Pensions, be they private or public, will be dependent on the ability of the economy to pay them. If people have purchased products based on, say, equities or property (or whatever income generating asset you like) it just means that the focus will shift from the ability of the economy to tax the incomes of the employed to the ability of the economy to pay dividends and rents. In the meantime, the increasing numbers of prospective pensioners will be buying up income producing assets, therefore bidding up their prices to the extent that they may simply be unaffordable. The only solution would be to invest abroad, particularly outside Europe. But this assumes other economies reacting positively in the long run to aul folk in Europe living off their rents, and not subjecting this to, for example, penal tax rates.

I don’t mean to be a gloom and doom merchant, but is there any way of squaring this circle? Surely an inevitable consequence of more pensioners will be less generous pensions, whatever action we take as regards funds. In the circumstances direct investment in property and equities would seem to be the safest option.


----------



## GCS (28 Oct 2003)

*PRSAs*

Karen Mc has an interesting post on consumer attitude in the UK to saving here    and I wonder if the same results apply in this country?.

I don't think that Intermediaries were expecting to do well out of PRSAs but any awareness campaign on pension provision will not do them any harm. The most positive outcome of PRSAs has been the acceptance by intermediaries that the max 5% & 1% charges will now become the norm in the market so that the 50% initial & 4% renewal commisions will or should become obsolete. 

The demonising, by IFSRA, of non-standard PRSAs, in my opinion, was a mistake. There are some excellent offerings out there that fall into this category and should the charges ever exceed the 5% & 1% the provider/product can be switched. 

As an employer it is hard to stomach paying 10.75% prsi for an employee and then coming up with a PRSA contribution also. Perhaps there could be some trade-off from prsi to PRSAs?

There has to be a 'carrot' to tempt both 'er and 'ee to commence a PRSA. The 20% tax  and 6% prsi relief are obviously not enough for the employee. If employees agreed to siphon off their next pay increase to PRSAs and employers agreed to match that contribution to a certain % then this might get the ball rolling. Although, the employers would probably want to see some reduction in 'ee contribution rates. This would probably confuse the market some more though!


----------



## Ishmael Whale (30 Oct 2003)

*Trying to make it simple*

Sorry, again for the slow learners among us. Does this mean that the essential benefit of a PRSA is that the punter gets 26% tax/PRSI relief, and should more than cover the management charges of 5% initially and 1% in subsequent years. Or, in other words, if I am putting money aside for pension purposes if I put that money into a PRSA my contribution will effectively be 20% higher in year 1 and 25% higher in subsequent years as a DIY approach will not get that tax relief ?

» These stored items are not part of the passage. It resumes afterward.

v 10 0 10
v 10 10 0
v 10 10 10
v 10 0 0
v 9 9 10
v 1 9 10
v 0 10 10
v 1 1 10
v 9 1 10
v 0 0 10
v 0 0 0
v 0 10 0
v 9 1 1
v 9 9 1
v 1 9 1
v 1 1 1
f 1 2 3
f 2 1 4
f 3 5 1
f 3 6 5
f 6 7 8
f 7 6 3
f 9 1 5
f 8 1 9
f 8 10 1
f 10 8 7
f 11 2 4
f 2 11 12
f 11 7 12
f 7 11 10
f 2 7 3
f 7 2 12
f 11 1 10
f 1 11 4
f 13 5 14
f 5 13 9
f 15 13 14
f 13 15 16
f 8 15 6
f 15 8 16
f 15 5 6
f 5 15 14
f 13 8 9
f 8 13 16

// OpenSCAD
// file: ../empty-cube.scad
module emptyCube(x, y, z, thickness) 
{
    difference() 
    {
        // Outer box
        cube([x, y, z]);

        // Inner box
        // To create a box with an open top, the inner box should be offset by 'thickness' in X, Y, and Z.
        // It should extend to the top of the outer cube to remove the top face.
        // Its dimensions will be x - 2*thickness, y - 2*thickness, z
        translate([thickness, thickness, thickness]) 
        {
            cube([x - 2 * thickness, y - 2 * thickness, z]);
        }
    }
}
// main file
use <../empty-cube.scad>

// Example usage:
// For a 10x10x10 cube with 1mm walls
emptyCube(10, 10, 10, 1);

That’s at least some reason for putting money in – all things being equal, the PRSA return would have to be 25% lower than you could manage yourself before you lose on the arrangement. The only outstanding issues would seem to be flexibility (presumably the PRSA scheme has some block or disincentive on early withdrawal) and what happens at the end of the process. As I understand it, on maturity you can either take the money as a lump sum or buy an annuity. The issue is, really, can the punter be assured that the increasing value of the PRSA fund will keep pace with the cost of income producing assets at the end of the period. i.e. if I bought a second house with my money originally I can be assured that over the next twenty five years it will keep pace with whatever changes occur in the cost of housing. At the end of the process I can be assured of getting whatever the rent is, with the additional benefit of capital appreciation on the value of the property. 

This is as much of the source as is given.